I know that there are some teens that run away because there are many issues at home. Some kids are not safe. I understand that. However, if a teen runs away due to having special needs and not being able to communicate, should the parents of the home that the teen runs to be able to just continue harboring them? That is a question you should ask yourself. If the parents have a family that are constantly drinking in the home beyond a glass of wine, but where they are drunk, or they have drugs in their home. Is that acceptable?
This is what was happening to our teen, with Autism. When he was unable to communicate well, his defense was to run... and he was running to homes (2) with little to no supervision. We went to the parents, and we spoke to them by phone and in person. We told them the situation at hand and told them that our son was special needs and that he needed to be at home. When we would go to their home to return our son and bring him home, there would be lies that he was not there. The parents many times would not be home and there would be 20 kids or more outside playing and causing hell on the neighborhood. Sometimes the parents would just be getting out of bed... sometimes drunk, sometimes high. They told Taylor to tell the police that he was beaten at home, and the police would not make him go home. So, Taylor did. We had countless interviews with the police and it was discovered that no, we don't beat our son. In fact, the police told us to restrain our son at all lengths to keep him from leaving. We disagreed. To even hold Taylor's arm from walking away would be considered or mistaken by him as an attack. Someone would surely be hurt off of what the officers advice was. We were ordered off of the properties of the people that were harboring our son and told never to come back again. We followed those words so we would not be breaking the law. Our only recourse the police told us was to each time Taylor ran away, call the parents tell them to return him and then call the police. We once again complied. Many times the police would not even come to help. They said Taylor was just running a game. The had told us that it is not against the law to runaway but it is against the law to interfere with parental rights. We were to call them each and every time Taylor ran away. Again, many times they refused to go there. We explained to them about the danger he was in in those homes. With autism, he was at risk to the influence of drugs and alcohol and that is what was in those homes. They said that they would arrest the parents the next time they had Taylor in their home. They caught him an additional three times for sure by searching the home or threatening the mother, yet, still no arrests to her or the father, of either homes.

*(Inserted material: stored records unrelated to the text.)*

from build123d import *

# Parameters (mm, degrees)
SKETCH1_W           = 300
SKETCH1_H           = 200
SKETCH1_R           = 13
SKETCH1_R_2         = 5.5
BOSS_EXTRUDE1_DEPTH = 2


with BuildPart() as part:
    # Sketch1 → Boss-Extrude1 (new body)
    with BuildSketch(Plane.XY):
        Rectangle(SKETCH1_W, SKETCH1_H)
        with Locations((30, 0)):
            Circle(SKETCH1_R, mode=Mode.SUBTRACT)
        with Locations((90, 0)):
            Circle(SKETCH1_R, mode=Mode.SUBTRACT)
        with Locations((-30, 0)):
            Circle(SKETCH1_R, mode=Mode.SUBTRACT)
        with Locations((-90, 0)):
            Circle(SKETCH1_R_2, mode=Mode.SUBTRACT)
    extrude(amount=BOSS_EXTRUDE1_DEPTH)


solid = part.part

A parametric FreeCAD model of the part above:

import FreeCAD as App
import Part
import Sketcher
from FreeCAD import Vector
Q = App.Units.Quantity


def add_polygon(sketch, points):
    """Adds a closed chain of lines whose ends are joined by coincident constraints."""
    first, n = sketch.GeometryCount, len(points)
    for a, b in zip(points, points[1:] + points[:1]):
        sketch.addGeometry(Part.LineSegment(App.Vector(*a, 0), App.Vector(*b, 0)), False)
    for i in range(n):
        sketch.addConstraint(Sketcher.Constraint("Coincident", first + i, 2, first + (i + 1) % n, 1))

doc = App.newDocument("Part")
body = doc.addObject("PartDesign::Body", "Body")

# Sketch on XY plane
sketch1 = body.newObject("Sketcher::SketchObject", "Sketch")
sketch1.AttachmentSupport = (doc.getObject("XY_Plane"), [""])
sketch1.MapMode = "FlatFace"
add_polygon(sketch1, [(-150, 100), (-150, -100), (150, -100), (150, 100)])  # lines 0-3
sketch1.addGeometry(Part.Circle(Vector(-90, 0, 0), Vector(0, 0, 1), 5.5), False)  # 4
sketch1.addGeometry(Part.Circle(Vector(-30, 0, 0), Vector(0, 0, 1), 13), False)  # 5
sketch1.addGeometry(Part.Circle(Vector(30, 0, 0), Vector(0, 0, 1), 13), False)  # 6
sketch1.addGeometry(Part.Circle(Vector(90, 0, 0), Vector(0, 0, 1), 13), False)  # 7
sketch1.addConstraint([
    Sketcher.Constraint("Vertical", 0),
    Sketcher.Constraint("Horizontal", 1),
    Sketcher.Constraint("Vertical", 2),
    Sketcher.Constraint("Horizontal", 3),
    Sketcher.Constraint("Equal", 5, 6),
    Sketcher.Constraint("Equal", 6, 7),
    Sketcher.Constraint("Symmetric", 5, 3, 6, 3, -1, 1),
    Sketcher.Constraint("Symmetric", 4, 3, 7, 3, -1, 1),
    Sketcher.Constraint("Symmetric", 0, 2, 2, 2, -1, 1),
    Sketcher.Constraint("PointOnObject", 4, 3, -1),
    Sketcher.Constraint("PointOnObject", 5, 3, -1),
    Sketcher.Constraint("Diameter", 4, Q("11 mm")),
    Sketcher.Constraint("Diameter", 5, Q("26 mm")),
    Sketcher.Constraint("DistanceX", 1, 1, 1, 2, Q("300 mm")),
    Sketcher.Constraint("DistanceY", 0, 2, 0, 1, Q("200 mm")),
    Sketcher.Constraint("DistanceX", 4, 3, -1, 1, Q("90 mm")),
    Sketcher.Constraint("DistanceX", 5, 3, -1, 1, Q("30 mm")),
])
pad1 = body.newObject("PartDesign::Pad", "Pad")
pad1.Profile = sketch1
pad1.Length = 2

doc.recompute()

When Taylor would run away we would go door to door in the neighborhood with a photo of our son. We would tell the people he was autistic and we needed them to be our eyes and ears to find our son when he would run as he would surely be in that neighborhood. Each and every neighbor told us, get your son away from those kids, they are no good. They even were leaving death threats (the kids) on one of the neighbors doors, but they couldn't prove it was those kids as they did not see them put it on the door. It was HELL working with the police. Here we are trying to follow the laws, when you really want to tell them what you think and go to their door, but we tried to do what was right.

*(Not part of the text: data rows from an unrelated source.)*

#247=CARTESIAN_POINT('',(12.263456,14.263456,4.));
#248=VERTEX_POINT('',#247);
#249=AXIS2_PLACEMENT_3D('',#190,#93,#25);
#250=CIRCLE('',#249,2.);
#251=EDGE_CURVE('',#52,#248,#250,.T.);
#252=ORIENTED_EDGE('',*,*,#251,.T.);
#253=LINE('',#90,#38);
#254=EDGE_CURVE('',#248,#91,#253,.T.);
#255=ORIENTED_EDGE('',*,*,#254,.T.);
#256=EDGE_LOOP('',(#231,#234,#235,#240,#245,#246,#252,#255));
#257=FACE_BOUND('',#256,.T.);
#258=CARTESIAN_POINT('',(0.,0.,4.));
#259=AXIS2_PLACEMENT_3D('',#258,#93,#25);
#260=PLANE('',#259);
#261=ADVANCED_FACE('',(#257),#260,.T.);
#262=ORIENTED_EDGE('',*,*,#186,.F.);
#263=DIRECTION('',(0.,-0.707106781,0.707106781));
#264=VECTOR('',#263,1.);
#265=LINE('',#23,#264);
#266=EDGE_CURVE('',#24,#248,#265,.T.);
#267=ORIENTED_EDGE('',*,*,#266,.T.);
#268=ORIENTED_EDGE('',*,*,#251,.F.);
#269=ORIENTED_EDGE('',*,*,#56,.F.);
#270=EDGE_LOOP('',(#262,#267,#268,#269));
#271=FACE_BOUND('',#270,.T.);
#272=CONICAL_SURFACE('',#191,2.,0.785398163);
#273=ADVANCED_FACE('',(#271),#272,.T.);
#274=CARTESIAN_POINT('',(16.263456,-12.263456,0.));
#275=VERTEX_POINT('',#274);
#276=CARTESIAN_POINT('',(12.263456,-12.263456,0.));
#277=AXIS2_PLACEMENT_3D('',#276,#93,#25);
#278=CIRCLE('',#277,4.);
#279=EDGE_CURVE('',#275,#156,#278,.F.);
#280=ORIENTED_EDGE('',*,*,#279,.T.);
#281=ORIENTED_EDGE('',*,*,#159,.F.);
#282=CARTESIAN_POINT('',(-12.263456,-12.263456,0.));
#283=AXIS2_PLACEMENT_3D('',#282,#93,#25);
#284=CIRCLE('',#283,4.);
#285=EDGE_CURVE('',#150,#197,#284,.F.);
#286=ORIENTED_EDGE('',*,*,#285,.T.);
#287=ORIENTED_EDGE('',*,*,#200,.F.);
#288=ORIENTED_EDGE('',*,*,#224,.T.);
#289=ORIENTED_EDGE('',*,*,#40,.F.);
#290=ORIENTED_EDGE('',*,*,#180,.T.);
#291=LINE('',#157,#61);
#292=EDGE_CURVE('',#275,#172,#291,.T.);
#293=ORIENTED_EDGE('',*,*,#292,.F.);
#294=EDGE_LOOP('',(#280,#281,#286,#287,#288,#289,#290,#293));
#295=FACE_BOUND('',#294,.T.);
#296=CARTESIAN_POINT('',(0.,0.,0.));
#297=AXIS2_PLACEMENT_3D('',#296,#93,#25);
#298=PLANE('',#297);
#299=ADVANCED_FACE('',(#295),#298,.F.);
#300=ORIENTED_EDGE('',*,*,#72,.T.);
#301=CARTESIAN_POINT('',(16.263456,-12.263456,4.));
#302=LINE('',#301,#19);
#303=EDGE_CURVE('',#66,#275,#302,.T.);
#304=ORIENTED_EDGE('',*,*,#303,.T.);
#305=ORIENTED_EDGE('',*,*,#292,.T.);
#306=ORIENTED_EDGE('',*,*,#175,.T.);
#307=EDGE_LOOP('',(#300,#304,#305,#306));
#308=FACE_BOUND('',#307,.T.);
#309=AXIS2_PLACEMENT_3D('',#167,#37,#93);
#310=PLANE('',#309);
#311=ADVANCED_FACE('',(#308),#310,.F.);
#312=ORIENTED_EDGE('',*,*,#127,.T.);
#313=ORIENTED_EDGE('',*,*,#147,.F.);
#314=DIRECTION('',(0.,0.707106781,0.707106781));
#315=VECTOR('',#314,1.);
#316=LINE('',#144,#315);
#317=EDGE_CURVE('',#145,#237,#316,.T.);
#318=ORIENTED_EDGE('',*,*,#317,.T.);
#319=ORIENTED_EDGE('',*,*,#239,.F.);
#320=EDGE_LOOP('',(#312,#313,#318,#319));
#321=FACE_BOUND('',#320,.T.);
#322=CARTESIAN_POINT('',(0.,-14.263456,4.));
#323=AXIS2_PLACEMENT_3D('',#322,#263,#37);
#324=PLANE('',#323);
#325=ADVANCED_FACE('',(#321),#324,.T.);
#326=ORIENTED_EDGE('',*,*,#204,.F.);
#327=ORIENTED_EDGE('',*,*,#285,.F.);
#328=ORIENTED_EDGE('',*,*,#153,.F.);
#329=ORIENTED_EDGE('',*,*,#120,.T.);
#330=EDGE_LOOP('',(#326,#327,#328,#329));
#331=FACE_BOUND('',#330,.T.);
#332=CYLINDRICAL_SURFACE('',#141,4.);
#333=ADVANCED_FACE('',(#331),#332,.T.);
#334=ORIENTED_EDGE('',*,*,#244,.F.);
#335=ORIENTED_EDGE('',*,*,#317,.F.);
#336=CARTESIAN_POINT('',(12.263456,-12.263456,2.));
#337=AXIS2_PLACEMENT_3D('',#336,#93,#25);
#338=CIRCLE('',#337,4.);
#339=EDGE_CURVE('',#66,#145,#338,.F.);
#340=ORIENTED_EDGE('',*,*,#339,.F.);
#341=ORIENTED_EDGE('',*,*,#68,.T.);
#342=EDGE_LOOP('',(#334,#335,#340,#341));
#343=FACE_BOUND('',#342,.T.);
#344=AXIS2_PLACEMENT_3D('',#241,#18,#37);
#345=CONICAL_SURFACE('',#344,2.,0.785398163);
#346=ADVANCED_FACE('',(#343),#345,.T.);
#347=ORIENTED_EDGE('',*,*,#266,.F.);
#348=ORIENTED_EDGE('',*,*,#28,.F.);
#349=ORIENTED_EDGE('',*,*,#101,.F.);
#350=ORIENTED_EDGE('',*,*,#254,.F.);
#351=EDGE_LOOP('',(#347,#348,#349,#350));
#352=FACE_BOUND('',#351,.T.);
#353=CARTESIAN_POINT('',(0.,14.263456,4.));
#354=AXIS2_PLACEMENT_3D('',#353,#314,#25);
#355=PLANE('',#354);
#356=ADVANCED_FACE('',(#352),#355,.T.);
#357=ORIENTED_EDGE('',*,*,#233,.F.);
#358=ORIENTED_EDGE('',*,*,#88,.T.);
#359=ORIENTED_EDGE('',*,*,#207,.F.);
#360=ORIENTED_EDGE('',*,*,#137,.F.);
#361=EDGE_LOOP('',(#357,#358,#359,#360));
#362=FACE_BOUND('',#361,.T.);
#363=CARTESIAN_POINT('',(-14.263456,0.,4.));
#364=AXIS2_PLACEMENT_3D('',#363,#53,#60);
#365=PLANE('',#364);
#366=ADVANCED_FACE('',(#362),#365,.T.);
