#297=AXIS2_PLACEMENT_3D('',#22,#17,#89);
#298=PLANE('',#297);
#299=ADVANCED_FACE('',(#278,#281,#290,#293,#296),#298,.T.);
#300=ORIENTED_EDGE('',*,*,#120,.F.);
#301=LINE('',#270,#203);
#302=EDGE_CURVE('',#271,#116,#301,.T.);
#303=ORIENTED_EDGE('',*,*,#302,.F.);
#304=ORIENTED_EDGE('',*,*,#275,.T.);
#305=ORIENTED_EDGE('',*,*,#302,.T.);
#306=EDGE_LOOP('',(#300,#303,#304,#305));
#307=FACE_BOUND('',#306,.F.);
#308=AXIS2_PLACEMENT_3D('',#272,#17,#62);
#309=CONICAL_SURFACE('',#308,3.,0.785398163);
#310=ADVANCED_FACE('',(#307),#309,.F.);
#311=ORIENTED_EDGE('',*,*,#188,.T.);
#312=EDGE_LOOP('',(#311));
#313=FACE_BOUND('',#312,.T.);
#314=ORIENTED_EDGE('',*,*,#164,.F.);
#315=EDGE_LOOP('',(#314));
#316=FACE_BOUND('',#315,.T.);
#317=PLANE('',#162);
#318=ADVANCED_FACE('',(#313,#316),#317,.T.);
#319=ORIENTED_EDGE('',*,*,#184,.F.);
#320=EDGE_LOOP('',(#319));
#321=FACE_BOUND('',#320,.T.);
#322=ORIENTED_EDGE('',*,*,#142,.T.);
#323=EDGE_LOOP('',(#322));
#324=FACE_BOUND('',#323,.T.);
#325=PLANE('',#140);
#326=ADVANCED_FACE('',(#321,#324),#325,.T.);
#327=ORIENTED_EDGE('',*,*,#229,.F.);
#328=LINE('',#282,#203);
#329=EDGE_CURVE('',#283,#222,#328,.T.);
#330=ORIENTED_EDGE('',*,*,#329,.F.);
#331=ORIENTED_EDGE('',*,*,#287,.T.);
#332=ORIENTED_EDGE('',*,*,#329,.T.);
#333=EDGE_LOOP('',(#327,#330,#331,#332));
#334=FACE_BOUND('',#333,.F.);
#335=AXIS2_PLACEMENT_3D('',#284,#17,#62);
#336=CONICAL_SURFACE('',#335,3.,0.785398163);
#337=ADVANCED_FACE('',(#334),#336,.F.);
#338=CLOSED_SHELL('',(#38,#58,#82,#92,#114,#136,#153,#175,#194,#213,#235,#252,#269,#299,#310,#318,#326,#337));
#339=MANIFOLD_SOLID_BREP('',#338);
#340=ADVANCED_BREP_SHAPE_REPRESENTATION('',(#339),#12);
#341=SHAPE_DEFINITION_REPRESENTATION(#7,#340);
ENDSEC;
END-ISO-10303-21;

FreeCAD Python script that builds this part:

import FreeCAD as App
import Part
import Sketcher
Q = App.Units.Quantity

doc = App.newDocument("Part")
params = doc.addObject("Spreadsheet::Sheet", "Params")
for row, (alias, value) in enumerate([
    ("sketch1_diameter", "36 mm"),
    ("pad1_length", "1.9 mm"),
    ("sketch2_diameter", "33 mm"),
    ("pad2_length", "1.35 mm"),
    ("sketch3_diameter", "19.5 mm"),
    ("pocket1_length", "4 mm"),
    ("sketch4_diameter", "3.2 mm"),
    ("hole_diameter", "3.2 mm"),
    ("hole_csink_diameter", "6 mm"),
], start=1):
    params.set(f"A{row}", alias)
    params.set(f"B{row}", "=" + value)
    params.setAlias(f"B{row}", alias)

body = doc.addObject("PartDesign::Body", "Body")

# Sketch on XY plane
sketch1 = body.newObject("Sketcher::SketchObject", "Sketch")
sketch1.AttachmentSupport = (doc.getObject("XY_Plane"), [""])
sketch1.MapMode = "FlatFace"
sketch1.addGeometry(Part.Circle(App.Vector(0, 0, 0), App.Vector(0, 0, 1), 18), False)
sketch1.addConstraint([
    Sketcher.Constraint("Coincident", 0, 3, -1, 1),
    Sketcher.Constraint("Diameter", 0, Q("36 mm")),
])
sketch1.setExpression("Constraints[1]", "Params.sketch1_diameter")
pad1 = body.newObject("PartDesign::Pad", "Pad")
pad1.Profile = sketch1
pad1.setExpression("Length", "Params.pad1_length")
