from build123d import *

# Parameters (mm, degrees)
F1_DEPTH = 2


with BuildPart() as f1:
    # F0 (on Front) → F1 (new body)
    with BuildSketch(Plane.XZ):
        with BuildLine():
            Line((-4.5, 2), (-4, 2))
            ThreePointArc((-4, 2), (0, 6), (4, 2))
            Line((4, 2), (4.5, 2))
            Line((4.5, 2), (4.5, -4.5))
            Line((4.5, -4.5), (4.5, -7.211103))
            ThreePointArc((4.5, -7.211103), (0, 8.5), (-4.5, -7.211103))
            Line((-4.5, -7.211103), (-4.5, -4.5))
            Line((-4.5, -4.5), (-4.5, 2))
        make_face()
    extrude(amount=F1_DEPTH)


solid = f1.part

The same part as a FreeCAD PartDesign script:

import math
import FreeCAD as App
import Part
import Sketcher
from FreeCAD import Vector
Q = App.Units.Quantity

doc = App.newDocument("Part")
body = doc.addObject("PartDesign::Body", "Body")

sketch1 = body.newObject("Sketcher::SketchObject", "Sketch")
sketch1.AttachmentSupport = (doc.getObject("XZ_Plane"), [""])
sketch1.MapMode = "FlatFace"
sketch1.addGeometry([
    Part.LineSegment(Vector(-4.5, 2, 0), Vector(-4, 2, 0)),
    Part.ArcOfCircle(Part.Circle(Vector(0, 2, 0), Vector(0, 0, 1), 4), math.radians(0), math.radians(180)),
    Part.LineSegment(Vector(4, 2, 0), Vector(4.5, 2, 0)),
    Part.LineSegment(Vector(4.5, 2, 0), Vector(4.5, -7.2, 0)),
    Part.ArcOfCircle(Part.Circle(Vector(0, 0, 0), Vector(0, 0, 1), 8.5), math.radians(-58), math.radians(238)),
    Part.LineSegment(Vector(-4.5, -7.2, 0), Vector(-4.5, 2, 0)),
], False)
sketch1.addConstraint([
    Sketcher.Constraint("Coincident", 0, 2, 1, 2),
    Sketcher.Constraint("Coincident", 1, 1, 2, 1),
    Sketcher.Constraint("Coincident", 2, 2, 3, 1),
    Sketcher.Constraint("Coincident", 3, 2, 4, 1),
    Sketcher.Constraint("Coincident", 4, 2, 5, 1),
    Sketcher.Constraint("Coincident", 5, 2, 0, 1),
    Sketcher.Constraint("Horizontal", 0),
    Sketcher.Constraint("Horizontal", 2),
    Sketcher.Constraint("Vertical", 3),
    Sketcher.Constraint("Vertical", 5),
    Sketcher.Constraint("Coincident", 4, 3, -1, 1),
    Sketcher.Constraint("Symmetric", 0, 2, 1, 1, -2),
    Sketcher.Constraint("Horizontal", 1, 3, 0, 2),
    Sketcher.Constraint("Horizontal", 3, 2, 4, 2),
    Sketcher.Constraint("Radius", 1, Q("4 mm")),
    Sketcher.Constraint("Radius", 4, Q("8.5 mm")),
    Sketcher.Constraint("DistanceX", 0, 1, 0, 2, Q("0.5 mm")),
    Sketcher.Constraint("DistanceY", -1, 1, 1, 3, Q("2 mm")),
])
pad1 = body.newObject("PartDesign::Pad", "Pad")
pad1.Profile = sketch1
pad1.Length = 2

doc.recompute()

Now, through the media, we have found out that one of the homes had a father that was a sexual abuser. FANTASTIC. He had been on record for years so they police knew this when they pulled up to their house and we were standing there.
We have to establish laws for runaways and the people that harbor them. We especially have to do so for children with disabilities. They don't understand life like a normal teen. The answer is also not sending them to a drug and alcohol hospital. That is not what is wrong with the kids.
Please help pass the laws that we need.